*ASSIGNMENT*: Identical copies of all the records below are needed.

*THE DATA*:

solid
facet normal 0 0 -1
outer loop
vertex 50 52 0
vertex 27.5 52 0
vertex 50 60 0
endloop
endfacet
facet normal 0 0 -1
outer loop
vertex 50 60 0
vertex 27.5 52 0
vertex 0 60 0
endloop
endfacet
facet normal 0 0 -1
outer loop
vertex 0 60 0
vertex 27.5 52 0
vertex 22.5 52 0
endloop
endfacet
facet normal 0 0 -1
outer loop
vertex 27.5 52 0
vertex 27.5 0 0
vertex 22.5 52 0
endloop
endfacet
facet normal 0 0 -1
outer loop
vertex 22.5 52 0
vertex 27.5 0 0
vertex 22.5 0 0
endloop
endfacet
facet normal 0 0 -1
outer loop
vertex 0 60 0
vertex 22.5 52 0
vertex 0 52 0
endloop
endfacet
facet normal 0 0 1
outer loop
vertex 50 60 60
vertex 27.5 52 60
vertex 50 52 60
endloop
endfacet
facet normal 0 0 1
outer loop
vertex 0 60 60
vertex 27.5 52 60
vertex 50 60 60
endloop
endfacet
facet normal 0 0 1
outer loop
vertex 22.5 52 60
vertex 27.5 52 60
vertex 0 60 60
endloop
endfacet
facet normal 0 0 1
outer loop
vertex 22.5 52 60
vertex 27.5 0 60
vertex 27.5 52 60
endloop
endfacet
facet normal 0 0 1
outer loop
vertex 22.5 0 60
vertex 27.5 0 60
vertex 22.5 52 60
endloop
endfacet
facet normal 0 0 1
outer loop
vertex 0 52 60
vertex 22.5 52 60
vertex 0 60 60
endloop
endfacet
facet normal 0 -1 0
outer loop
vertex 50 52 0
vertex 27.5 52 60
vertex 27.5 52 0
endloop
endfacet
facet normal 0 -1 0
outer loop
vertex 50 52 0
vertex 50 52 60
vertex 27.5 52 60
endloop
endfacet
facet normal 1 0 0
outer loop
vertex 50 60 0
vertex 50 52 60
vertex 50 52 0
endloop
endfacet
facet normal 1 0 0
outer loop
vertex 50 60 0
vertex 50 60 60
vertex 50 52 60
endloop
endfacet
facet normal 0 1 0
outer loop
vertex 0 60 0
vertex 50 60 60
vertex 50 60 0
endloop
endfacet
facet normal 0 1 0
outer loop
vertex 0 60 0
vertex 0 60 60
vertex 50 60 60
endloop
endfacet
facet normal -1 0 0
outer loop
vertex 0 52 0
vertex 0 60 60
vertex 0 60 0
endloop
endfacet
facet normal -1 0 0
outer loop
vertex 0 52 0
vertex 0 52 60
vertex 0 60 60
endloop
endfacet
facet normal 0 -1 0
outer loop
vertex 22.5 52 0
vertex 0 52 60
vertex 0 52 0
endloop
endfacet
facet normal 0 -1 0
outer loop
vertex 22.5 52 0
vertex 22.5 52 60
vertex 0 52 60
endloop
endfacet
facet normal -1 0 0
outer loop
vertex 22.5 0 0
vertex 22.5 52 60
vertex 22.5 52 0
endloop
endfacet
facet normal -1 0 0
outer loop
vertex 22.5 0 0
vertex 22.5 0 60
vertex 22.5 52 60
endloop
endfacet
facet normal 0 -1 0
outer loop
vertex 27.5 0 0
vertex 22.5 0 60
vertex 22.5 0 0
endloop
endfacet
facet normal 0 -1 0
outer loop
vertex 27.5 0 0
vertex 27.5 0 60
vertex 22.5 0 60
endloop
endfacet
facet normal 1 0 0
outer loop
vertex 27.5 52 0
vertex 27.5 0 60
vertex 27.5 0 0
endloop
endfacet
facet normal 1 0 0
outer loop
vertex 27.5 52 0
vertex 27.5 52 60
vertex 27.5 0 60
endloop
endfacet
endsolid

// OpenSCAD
$fn = 32;

// ----------------------------------------------------------------------
// Structural section: tee 50 x 60 mm
// ----------------------------------------------------------------------

// --- parameters (mm) ---
sec_w = 50;               // tee width, X
sec_h = 60;               // tee height, Y
flange_t = 8;             // top flange thickness
web_t = 5;                // web thickness
plate_t = 60;             // cut length, Z (extrusion height)

profile = [[22.5, 0], [27.5, 0], [27.5, 52], [50, 52], [50, 60], [0, 60], [0, 52], [22.5, 52]];  // primary outline, 8 points, counter clockwise

// --- the one profile operation ---
linear_extrude(height = plate_t) polygon(points = profile);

*RESULT FOR THIS EXERCISE*:
solid
facet normal 0 0 -1
outer loop
vertex 50 52 0
vertex 27.5 52 0
vertex 50 60 0
endloop
endfacet
facet normal 0 0 -1
outer loop
vertex 50 60 0
vertex 27.5 52 0
vertex 0 60 0
endloop
endfacet
facet normal 0 0 -1
outer loop
vertex 0 60 0
vertex 27.5 52 0
vertex 22.5 52 0
endloop
endfacet
facet normal 0 0 -1
outer loop
vertex 27.5 52 0
vertex 27.5 0 0
vertex 22.5 52 0
endloop
endfacet
facet normal 0 0 -1
outer loop
vertex 22.5 52 0
vertex 27.5 0 0
vertex 22.5 0 0
endloop
endfacet
facet normal 0 0 -1
outer loop
vertex 0 60 0
vertex 22.5 52 0
vertex 0 52 0
endloop
endfacet
facet normal 0 0 1
outer loop
vertex 50 60 60
vertex 27.5 52 60
vertex 50 52 60
endloop
endfacet
facet normal 0 0 1
outer loop
vertex 0 60 60
vertex 27.5 52 60
vertex 50 60 60
endloop
endfacet
facet normal 0 0 1
outer loop
vertex 22.5 52 60
vertex 27.5 52 60
vertex 0 60 60
endloop
endfacet
facet normal 0 0 1
outer loop
vertex 22.5 52 60
vertex 27.5 0 60
vertex 27.5 52 60
endloop
endfacet
facet normal 0 0 1
outer loop
vertex 22.5 0 60
vertex 27.5 0 60
vertex 22.5 52 60
endloop
endfacet
facet normal 0 0 1
outer loop
vertex 0 52 60
vertex 22.5 52 60
vertex 0 60 60
endloop
endfacet
facet normal 0 -1 0
outer loop
vertex 50 52 0
vertex 27.5 52 60
vertex 27.5 52 0
endloop
endfacet
facet normal 0 -1 0
outer loop
vertex 50 52 0
vertex 50 52 60
vertex 27.5 52 60
endloop
endfacet
facet normal 1 0 0
outer loop
vertex 50 60 0
vertex 50 52 60
vertex 50 52 0
endloop
endfacet
facet normal 1 0 0
outer loop
vertex 50 60 0
vertex 50 60 60
vertex 50 52 60
endloop
endfacet
facet normal 0 1 0
outer loop
vertex 0 60 0
vertex 50 60 60
vertex 50 60 0
endloop
endfacet
facet normal 0 1 0
outer loop
vertex 0 60 0
vertex 0 60 60
vertex 50 60 60
endloop
endfacet
facet normal -1 0 0
outer loop
vertex 0 52 0
vertex 0 60 60
vertex 0 60 0
endloop
endfacet
facet normal -1 0 0
outer loop
vertex 0 52 0
vertex 0 52 60
vertex 0 60 60
endloop
endfacet
facet normal 0 -1 0
outer loop
vertex 22.5 52 0
vertex 0 52 60
vertex 0 52 0
endloop
endfacet
facet normal 0 -1 0
outer loop
vertex 22.5 52 0
vertex 22.5 52 60
vertex 0 52 60
endloop
endfacet
facet normal -1 0 0
outer loop
vertex 22.5 0 0
vertex 22.5 52 60
vertex 22.5 52 0
endloop
endfacet
facet normal -1 0 0
outer loop
vertex 22.5 0 0
vertex 22.5 0 60
vertex 22.5 52 60
endloop
endfacet
facet normal 0 -1 0
outer loop
vertex 27.5 0 0
vertex 22.5 0 60
vertex 22.5 0 0
endloop
endfacet
facet normal 0 -1 0
outer loop
vertex 27.5 0 0
vertex 27.5 0 60
vertex 22.5 0 60
endloop
endfacet
facet normal 1 0 0
outer loop
vertex 27.5 52 0
vertex 27.5 0 60
vertex 27.5 0 0
endloop
endfacet
facet normal 1 0 0
outer loop
vertex 27.5 52 0
vertex 27.5 52 60
vertex 27.5 0 60
endloop
endfacet
endsolid

// OpenSCAD
$fn = 32;

// ----------------------------------------------------------------------
// Structural section: tee 50 x 60 mm
// ----------------------------------------------------------------------

// --- parameters (mm) ---
sec_w = 50;               // tee width, X
sec_h = 60;               // tee height, Y
flange_t = 8;             // top flange thickness
web_t = 5;                // web thickness
plate_t = 60;             // cut length, Z (extrusion height)

profile = [[22.5, 0], [27.5, 0], [27.5, 52], [50, 52], [50, 60], [0, 60], [0, 52], [22.5, 52]];  // primary outline, 8 points, counter clockwise

// --- the one profile operation ---
linear_extrude(height = plate_t) polygon(points = profile);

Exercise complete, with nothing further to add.